Exercise data:
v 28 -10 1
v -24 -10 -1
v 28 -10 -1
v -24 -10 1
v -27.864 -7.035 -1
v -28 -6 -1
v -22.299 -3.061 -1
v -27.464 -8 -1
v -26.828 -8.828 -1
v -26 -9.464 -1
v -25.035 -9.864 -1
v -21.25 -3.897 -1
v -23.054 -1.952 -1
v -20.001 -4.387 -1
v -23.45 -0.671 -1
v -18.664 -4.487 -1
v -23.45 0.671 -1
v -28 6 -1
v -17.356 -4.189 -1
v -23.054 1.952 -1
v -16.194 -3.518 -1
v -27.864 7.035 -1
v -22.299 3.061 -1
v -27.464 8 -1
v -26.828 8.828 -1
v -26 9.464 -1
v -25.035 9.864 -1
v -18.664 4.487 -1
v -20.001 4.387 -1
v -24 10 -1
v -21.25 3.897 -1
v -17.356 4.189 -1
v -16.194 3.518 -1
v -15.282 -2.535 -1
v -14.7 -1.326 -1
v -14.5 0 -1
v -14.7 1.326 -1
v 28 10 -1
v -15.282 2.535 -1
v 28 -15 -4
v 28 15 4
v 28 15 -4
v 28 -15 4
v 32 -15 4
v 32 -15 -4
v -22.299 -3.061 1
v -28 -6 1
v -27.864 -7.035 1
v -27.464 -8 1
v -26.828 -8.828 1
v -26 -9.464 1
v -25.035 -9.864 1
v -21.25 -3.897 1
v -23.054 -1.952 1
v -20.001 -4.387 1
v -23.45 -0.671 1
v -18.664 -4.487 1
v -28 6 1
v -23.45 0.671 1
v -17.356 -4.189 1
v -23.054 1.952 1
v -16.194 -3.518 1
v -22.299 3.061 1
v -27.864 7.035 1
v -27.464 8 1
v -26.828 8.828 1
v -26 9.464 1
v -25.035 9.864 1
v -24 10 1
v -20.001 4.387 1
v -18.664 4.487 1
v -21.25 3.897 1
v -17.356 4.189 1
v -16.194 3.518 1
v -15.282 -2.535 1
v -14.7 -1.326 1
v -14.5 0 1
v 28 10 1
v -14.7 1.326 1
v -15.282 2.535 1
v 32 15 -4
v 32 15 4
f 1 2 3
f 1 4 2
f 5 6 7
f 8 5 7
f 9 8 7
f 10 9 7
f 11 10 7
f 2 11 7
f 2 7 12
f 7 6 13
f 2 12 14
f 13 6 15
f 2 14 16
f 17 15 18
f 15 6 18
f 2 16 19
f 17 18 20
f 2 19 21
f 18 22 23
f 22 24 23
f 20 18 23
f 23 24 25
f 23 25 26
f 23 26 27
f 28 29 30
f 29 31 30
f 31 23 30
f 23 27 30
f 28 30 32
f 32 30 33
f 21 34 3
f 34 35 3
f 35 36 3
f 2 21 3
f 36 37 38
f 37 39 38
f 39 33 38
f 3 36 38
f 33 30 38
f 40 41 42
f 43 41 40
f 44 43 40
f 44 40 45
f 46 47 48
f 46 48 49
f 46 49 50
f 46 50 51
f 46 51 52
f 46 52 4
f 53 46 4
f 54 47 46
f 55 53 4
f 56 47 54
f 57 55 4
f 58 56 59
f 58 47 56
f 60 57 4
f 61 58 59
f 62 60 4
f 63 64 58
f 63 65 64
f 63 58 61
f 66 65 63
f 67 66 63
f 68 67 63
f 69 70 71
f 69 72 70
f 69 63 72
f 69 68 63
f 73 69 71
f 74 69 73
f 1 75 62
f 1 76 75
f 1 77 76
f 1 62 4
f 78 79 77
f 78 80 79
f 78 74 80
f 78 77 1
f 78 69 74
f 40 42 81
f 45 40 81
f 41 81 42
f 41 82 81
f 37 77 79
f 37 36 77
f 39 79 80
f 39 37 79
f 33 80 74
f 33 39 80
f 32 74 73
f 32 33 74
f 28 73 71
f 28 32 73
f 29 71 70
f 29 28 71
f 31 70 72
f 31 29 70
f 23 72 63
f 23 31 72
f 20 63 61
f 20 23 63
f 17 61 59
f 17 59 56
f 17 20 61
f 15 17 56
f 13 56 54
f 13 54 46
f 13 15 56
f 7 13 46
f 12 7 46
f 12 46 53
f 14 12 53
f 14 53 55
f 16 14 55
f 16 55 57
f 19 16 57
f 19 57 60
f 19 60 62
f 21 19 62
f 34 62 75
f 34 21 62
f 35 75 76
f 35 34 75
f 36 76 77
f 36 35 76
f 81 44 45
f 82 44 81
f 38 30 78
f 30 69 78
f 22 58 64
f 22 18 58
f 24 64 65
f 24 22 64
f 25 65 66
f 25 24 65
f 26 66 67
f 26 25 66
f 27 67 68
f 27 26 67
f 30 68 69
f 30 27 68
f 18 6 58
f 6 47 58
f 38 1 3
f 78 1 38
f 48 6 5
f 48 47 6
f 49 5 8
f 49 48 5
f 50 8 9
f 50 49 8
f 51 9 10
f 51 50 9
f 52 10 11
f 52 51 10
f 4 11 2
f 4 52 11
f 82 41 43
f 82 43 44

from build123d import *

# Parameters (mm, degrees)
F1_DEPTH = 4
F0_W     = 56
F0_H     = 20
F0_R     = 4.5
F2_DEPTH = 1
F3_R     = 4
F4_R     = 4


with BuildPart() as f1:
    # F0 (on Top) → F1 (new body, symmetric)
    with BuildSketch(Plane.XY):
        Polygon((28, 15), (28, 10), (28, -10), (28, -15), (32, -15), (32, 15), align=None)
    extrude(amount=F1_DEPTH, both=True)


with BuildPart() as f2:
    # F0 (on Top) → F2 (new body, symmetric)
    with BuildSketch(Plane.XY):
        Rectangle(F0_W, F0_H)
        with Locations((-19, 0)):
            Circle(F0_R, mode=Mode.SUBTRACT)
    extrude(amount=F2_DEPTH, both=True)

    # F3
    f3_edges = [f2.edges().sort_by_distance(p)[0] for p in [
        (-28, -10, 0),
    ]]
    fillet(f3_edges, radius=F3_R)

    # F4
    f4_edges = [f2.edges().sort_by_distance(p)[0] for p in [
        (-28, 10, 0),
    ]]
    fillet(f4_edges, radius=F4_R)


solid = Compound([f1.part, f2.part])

---

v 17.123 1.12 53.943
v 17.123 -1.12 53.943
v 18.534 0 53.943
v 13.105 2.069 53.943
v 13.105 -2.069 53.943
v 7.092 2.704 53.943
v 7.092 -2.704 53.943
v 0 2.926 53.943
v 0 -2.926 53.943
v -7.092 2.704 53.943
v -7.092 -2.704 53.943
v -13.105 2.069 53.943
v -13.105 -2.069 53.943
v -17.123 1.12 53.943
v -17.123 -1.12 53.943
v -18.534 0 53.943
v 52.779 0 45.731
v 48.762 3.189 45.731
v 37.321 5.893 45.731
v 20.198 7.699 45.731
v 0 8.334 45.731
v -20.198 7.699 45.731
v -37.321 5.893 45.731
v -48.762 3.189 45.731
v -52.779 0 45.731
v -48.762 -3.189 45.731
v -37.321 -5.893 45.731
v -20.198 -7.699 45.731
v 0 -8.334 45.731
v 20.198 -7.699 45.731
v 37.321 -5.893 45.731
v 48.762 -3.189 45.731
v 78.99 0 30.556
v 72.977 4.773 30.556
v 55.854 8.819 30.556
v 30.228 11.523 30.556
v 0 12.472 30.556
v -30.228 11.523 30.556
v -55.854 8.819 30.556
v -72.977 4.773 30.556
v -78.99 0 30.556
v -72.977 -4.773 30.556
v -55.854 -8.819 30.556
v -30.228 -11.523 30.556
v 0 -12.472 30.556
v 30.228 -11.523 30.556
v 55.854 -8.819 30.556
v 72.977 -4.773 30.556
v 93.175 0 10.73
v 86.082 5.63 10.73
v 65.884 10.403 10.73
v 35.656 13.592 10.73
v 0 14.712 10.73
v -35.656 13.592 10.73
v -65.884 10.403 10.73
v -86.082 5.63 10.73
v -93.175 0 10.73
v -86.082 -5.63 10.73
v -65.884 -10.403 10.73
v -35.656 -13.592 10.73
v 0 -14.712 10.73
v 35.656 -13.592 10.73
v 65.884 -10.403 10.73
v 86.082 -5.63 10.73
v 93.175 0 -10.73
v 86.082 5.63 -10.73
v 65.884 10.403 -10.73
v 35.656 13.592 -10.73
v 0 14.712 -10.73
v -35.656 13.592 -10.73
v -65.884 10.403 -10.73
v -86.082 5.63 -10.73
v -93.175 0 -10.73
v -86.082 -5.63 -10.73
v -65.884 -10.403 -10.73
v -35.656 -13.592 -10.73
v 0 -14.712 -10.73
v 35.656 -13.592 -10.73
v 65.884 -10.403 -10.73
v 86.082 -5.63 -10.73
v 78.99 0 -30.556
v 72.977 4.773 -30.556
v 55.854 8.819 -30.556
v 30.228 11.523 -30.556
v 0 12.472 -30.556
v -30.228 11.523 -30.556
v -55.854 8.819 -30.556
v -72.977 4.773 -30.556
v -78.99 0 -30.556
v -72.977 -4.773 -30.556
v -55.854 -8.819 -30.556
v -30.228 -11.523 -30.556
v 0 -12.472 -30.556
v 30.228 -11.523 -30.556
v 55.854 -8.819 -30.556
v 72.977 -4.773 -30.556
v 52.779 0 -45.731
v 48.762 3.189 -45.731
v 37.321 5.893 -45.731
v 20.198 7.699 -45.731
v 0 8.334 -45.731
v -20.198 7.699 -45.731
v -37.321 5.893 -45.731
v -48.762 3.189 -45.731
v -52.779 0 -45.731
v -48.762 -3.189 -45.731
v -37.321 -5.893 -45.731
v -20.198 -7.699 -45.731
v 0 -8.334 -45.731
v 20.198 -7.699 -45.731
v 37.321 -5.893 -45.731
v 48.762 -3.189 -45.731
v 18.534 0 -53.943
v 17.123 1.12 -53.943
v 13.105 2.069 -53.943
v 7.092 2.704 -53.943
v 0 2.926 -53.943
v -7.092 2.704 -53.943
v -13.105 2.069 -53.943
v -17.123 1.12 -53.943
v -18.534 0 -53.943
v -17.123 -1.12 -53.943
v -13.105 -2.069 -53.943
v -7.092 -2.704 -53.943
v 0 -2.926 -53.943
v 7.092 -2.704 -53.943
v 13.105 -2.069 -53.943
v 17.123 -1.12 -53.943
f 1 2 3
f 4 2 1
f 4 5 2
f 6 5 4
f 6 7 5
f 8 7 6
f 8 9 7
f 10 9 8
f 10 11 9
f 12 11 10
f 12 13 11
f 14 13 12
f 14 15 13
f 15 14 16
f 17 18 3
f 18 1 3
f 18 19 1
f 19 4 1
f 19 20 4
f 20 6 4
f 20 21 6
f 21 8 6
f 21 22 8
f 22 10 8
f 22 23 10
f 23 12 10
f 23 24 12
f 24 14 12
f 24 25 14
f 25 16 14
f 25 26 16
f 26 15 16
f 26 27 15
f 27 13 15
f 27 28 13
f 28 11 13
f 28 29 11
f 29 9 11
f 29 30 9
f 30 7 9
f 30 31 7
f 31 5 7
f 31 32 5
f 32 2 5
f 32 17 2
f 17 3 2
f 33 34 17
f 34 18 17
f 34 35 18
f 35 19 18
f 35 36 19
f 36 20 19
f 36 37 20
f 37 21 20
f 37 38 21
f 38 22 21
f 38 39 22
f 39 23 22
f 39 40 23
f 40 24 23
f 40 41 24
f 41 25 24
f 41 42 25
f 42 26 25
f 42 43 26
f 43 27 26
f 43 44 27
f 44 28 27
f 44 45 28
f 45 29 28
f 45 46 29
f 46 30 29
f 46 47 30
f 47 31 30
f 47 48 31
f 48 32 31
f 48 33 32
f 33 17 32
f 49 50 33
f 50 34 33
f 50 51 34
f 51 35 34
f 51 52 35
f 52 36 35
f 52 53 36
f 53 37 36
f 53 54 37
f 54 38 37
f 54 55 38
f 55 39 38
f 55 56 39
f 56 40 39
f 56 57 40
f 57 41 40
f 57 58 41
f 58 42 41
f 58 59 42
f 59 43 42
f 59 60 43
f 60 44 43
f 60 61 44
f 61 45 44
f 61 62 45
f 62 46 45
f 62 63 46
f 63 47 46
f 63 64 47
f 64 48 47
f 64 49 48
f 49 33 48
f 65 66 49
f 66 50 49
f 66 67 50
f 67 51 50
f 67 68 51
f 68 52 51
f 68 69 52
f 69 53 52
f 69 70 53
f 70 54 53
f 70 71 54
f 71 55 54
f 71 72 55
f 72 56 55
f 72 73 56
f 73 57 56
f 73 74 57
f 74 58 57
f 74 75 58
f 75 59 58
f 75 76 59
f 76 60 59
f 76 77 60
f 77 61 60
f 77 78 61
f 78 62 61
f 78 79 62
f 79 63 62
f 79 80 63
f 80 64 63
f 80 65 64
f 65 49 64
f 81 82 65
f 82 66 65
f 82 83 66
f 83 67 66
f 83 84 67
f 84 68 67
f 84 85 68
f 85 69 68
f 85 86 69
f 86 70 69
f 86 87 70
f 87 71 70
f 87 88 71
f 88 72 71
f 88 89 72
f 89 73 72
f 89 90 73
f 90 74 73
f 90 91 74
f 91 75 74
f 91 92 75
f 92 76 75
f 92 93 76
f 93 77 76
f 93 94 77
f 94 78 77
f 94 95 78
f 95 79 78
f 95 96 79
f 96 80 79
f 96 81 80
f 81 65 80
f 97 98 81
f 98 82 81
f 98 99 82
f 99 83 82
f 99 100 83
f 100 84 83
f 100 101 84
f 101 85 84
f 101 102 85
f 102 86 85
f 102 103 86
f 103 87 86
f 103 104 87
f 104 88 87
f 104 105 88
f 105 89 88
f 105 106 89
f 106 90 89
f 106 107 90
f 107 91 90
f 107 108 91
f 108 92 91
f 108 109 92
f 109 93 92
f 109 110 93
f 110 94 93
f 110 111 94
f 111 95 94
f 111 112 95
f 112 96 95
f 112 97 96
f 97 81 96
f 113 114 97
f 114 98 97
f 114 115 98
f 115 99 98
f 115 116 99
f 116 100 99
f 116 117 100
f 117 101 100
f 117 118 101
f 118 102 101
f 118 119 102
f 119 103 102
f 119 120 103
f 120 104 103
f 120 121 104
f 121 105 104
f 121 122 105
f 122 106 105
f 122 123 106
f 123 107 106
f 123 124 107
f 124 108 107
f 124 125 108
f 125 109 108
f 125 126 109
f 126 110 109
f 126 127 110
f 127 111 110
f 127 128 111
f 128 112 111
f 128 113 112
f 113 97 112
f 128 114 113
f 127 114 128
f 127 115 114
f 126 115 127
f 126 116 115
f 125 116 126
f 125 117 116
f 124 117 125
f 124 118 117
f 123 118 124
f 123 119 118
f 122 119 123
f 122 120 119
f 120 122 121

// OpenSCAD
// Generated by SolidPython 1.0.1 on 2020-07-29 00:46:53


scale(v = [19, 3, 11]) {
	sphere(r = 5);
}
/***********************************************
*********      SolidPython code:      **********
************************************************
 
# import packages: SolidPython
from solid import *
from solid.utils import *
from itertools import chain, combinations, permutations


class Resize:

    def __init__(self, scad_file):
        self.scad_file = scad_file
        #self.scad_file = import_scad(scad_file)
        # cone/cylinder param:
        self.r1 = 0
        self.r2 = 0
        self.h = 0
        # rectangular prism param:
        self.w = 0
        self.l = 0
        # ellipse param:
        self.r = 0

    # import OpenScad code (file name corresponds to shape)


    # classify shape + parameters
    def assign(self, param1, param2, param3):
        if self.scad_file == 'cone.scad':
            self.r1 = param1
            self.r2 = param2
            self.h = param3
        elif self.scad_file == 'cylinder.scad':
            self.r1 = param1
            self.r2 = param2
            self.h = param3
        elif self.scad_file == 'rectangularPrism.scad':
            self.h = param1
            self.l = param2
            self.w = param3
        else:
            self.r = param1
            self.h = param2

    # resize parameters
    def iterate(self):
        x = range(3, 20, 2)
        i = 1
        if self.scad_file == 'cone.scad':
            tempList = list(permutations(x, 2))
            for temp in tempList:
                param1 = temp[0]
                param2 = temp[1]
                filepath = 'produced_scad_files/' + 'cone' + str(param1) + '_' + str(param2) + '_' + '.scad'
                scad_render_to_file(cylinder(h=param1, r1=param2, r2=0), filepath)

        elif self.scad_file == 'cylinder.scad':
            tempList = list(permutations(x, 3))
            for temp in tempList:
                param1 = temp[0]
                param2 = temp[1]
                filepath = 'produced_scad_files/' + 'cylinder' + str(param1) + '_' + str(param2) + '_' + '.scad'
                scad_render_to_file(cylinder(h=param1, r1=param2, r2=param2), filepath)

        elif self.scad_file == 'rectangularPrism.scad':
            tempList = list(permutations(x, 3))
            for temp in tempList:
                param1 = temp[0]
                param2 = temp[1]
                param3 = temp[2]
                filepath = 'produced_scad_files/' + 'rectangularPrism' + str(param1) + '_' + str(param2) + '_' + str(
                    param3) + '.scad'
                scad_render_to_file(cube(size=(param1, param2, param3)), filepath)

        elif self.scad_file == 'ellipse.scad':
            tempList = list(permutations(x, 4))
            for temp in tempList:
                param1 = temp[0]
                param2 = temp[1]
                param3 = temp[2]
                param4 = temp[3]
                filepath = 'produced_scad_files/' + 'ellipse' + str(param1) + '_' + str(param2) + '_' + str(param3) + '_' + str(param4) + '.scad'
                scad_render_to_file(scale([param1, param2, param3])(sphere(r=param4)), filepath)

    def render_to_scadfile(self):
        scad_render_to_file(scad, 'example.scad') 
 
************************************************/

What is required: In the listing above, find the line containing "f 116 100 99" and the line containing "f 126 110 109". Output them and every line between, exactly, and nothing else.

Exercise answer:
f 116 100 99
f 116 117 100
f 117 101 100
f 117 118 101
f 118 102 101
f 118 119 102
f 119 103 102
f 119 120 103
f 120 104 103
f 120 121 104
f 121 105 104
f 121 122 105
f 122 106 105
f 122 123 106
f 123 107 106
f 123 124 107
f 124 108 107
f 124 125 108
f 125 109 108
f 125 126 109
f 126 110 109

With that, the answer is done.